This fall fruit classic has a favorable reputation since it's full of fiber, which aids digestion. Quercetin and antioxidants destroy cancer cells.
One pear provides one-quarter of our daily fiber needs. Anthocyanin-rich foods, such pears, lessen diabetes risk.
Sweet potatoes, a strong source of vitamin A and iron, help reduce inflammation, which can lead to chronic disease. To increase your fiber intake, eat the skin.
The fresh food itself contains satisfying fiber as well as beta-carotene. Try roasted, puréed, canned, or fresh pumpkins.
Carrot's white relative, slightly sweeter.
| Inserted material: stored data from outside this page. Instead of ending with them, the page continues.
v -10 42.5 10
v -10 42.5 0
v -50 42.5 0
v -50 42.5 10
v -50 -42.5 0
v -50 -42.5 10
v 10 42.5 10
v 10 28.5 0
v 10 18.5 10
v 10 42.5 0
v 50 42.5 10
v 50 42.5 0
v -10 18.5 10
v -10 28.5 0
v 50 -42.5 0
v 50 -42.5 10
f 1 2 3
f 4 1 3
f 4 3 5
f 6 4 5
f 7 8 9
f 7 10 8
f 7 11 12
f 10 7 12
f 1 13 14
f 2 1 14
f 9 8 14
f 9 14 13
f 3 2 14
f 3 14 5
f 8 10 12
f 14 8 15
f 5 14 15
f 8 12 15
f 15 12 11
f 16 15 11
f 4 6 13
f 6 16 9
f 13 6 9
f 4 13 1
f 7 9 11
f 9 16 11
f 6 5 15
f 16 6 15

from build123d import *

# Parameters (mm, degrees)
BOSS_EXTRU_1_DEPTH      = 10
ENL_V_MAT_EXTRU_1_DEPTH = 60
BOSS_EXTRU_2_DEPTH      = 40
ESQUISSE5_W             = 10
ESQUISSE5_H             = 30
BOSS_EXTRU_3_DEPTH      = 60
ESQUISSE6_W             = 10
ESQUISSE6_H             = 14
ENL_V_MAT_EXTRU_2_DEPTH = 60
ESQUISSE9_W             = 10
ESQUISSE9_H             = 14
BOSS_EXTRU_4_DEPTH      = 40
ENL_V_MAT_EXTRU_3_DEPTH = 60
BOSS_EXTRU_5_DEPTH      = 40
ESQUISSE13_W            = 10
ESQUISSE13_H            = 31.398637822
BOSS_EXTRU_6_DEPTH      = 60
ENL_V_MAT_EXTRU_9_DEPTH = 60
BOSS_EXTRU_7_DEPTH      = 40


with BuildPart() as part:
    # Esquisse1 → Boss.-Extru.1 (new body)
    with BuildSketch(Plane.XY):
        Polygon((-50, -42.5), (50, -42.5), (50, 42.5), (10, 42.5), (10, 28.5), (0, 28.5), (-10, 28.5), (-10, 42.5), (-50, 42.5), align=None)
    extrude(amount=BOSS_EXTRU_1_DEPTH)

    # Esquisse2 → Enlèv. mat.-Extru.1 (cut)
    with BuildSketch(Plane(origin=(50, 0, 0), x_dir=(0, 0, -1), z_dir=(1, 0, 0))):
        Polygon((-10, 28.5), (0, 18.5), (0, 28.5), align=None)
    extrude(amount=-ENL_V_MAT_EXTRU_1_DEPTH, mode=Mode.SUBTRACT)


with BuildPart() as enl_v_mat_extru_1_piece_1:
    # of the separate pieces the step leaves, piece 1, a body of its own (enl_v_mat_extru_1_pieces)
    add(part.part.solids().sort_by_distance((-50, -42.5, 0))[0])



with BuildPart() as enl_v_mat_extru_1_piece_2:
    # of the separate pieces the step leaves, piece 2, a body of its own (enl_v_mat_extru_1_pieces)
    add(part.part.solids().sort_by_distance((10, 42.5, 10))[0])


with BuildPart() as enl_v_mat_extru_1_piece_1_1:
    add(enl_v_mat_extru_1_piece_1.part)

    add(enl_v_mat_extru_1_piece_2.part)  # Boss.-Extru.2 merges Enlèv. mat.-Extru.1 piece 2
    # Esquisse4 → Boss.-Extru.2 (add)
    with BuildSketch(Plane(origin=(50, 0, 0), x_dir=(0, 0, -1), z_dir=(1, 0, 0))):
        Polygon((-10, 28.5), (0, 18.5), (0, 28.5), align=None)
    extrude(amount=-BOSS_EXTRU_2_DEPTH)

    # Esquisse5 → Boss.-Extru.3 (add)
    with BuildSketch(Plane(origin=(50, 0, 0), x_dir=(0, 0, -1), z_dir=(1, 0, 0))):
        with Locations((-5, 27.5)):
            Rectangle(ESQUISSE5_W, ESQUISSE5_H)
    extrude(amount=-BOSS_EXTRU_3_DEPTH)

    # Esquisse6 → Enlèv. mat.-Extru.2 (cut)
    with BuildSketch(Plane(origin=(50, 0, 0), x_dir=(0, 0, -1), z_dir=(1, 0, 0))):
        with Locations((-5, 35.5)):
            Rectangle(ESQUISSE6_W, ESQUISSE6_H)
    extrude(amount=-ENL_V_MAT_EXTRU_2_DEPTH, mode=Mode.SUBTRACT)

    # Esquisse9 → Boss.-Extru.4 (add)
    with BuildSketch(Plane(origin=(50, 0, 0), x_dir=(0, 0, -1), z_dir=(1, 0, 0))):
        with Locations((-5, 35.5)):
            Rectangle(ESQUISSE9_W, ESQUISSE9_H)
    extrude(amount=-BOSS_EXTRU_4_DEPTH)

    # Esquisse11 → Enlèv. mat.-Extru.3 (cut)
    with BuildSketch(Plane(origin=(50, 0, 0), x_dir=(0, 0, -1), z_dir=(1, 0, 0))):
        Polygon((0, 18.5), (0, 28.5), (-10, 28.5), align=None)
    extrude(amount=-ENL_V_MAT_EXTRU_3_DEPTH, mode=Mode.SUBTRACT)


with BuildPart() as enl_v_mat_extru_3_piece_1:
    # of the separate pieces the step leaves, piece 1, a body of its own (enl_v_mat_extru_3_pieces)
    add(enl_v_mat_extru_1_piece_1_1.part.solids().sort_by_distance((-10, 28.5, 10))[0])



with BuildPart() as enl_v_mat_extru_3_piece_2:
    # of the separate pieces the step leaves, piece 2, a body of its own (enl_v_mat_extru_3_pieces)
    add(enl_v_mat_extru_1_piece_1_1.part.solids().sort_by_distance((10, 42.5, 10))[0])


with BuildPart() as enl_v_mat_extru_3_piece_1_1:
    add(enl_v_mat_extru_3_piece_1.part)

    add(enl_v_mat_extru_3_piece_2.part)  # Boss.-Extru.5 merges Enlèv. mat.-Extru.3 piece 2
    # Esquisse12 → Boss.-Extru.5 (add)
    with BuildSketch(Plane(origin=(50, 0, 0), x_dir=(0, 0, -1), z_dir=(1, 0, 0))):
        Polygon((-10, 28.5), (0, 28.5), (0, 18.5), align=None)
    extrude(amount=-BOSS_EXTRU_5_DEPTH)

    # Esquisse13 → Boss.-Extru.6 (add)
    with BuildSketch(Plane(origin=(50, 0, 0), x_dir=(0, 0, -1), z_dir=(1, 0, 0))):
        with Locations((-5, 12.800681089)):
            Rectangle(ESQUISSE13_W, ESQUISSE13_H)
    extrude(amount=-BOSS_EXTRU_6_DEPTH)

    # Esquisse16 → Enlèv. mat.-Extru.9 (cut)
    with BuildSketch(Plane(origin=(50, 0, 0), x_dir=(0, 0, -1), z_dir=(1, 0, 0))):
        Polygon((-10, 28.5), (0, 28.5), (-10, 18.5), align=None)
    extrude(amount=-ENL_V_MAT_EXTRU_9_DEPTH, mode=Mode.SUBTRACT)


with BuildPart() as enl_v_mat_extru_9_piece_1:
    # of the separate pieces the step leaves, piece 1, a body of its own (enl_v_mat_extru_9_pieces)
    add(enl_v_mat_extru_3_piece_1_1.part.solids().sort_by_distance((50, -42.5, 10))[0])



with BuildPart() as enl_v_mat_extru_9_piece_2:
    # of the separate pieces the step leaves, piece 2, a body of its own (enl_v_mat_extru_9_pieces)
    add(enl_v_mat_extru_3_piece_1_1.part.solids().sort_by_distance((50, 28.5, 10))[0])


with BuildPart() as enl_v_mat_extru_9_piece_1_1:
    add(enl_v_mat_extru_9_piece_1.part)

    add(enl_v_mat_extru_9_piece_2.part)  # Boss.-Extru.7 merges Enlèv. mat.-Extru.9 piece 2
    # Esquisse17 → Boss.-Extru.7 (add)
    with BuildSketch(Plane(origin=(50, 0, 0), x_dir=(0, 0, -1), z_dir=(1, 0, 0))):
        Polygon((-10, 28.5), (0, 28.5), (-10, 18.5), align=None)
    extrude(amount=-BOSS_EXTRU_7_DEPTH)


solid = enl_v_mat_extru_9_piece_1_1.part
This crunchy root veggie has four grams of fiber, as well as vitamin C and copper.
Beet nitrates can reduce blood pressure and help you recover from an exercise so you can sweat it out again the next day.
This luscious fruit is abundant in anti-free radical polyphenols, folate, and vitamin C. The seeds or arils can lower blood pressure and improve post-workout recovery.
This low-calorie, high-fiber food will help you lose weight. One cup of florets has 100% of your daily vitamin C, plus vitamins A, B6, and potassium.
They are rich in cancer-fighting antioxidants, fiber, and vitamins, including vitamin C to enhance immunity and vitamin K to promote bone health and blood clotting.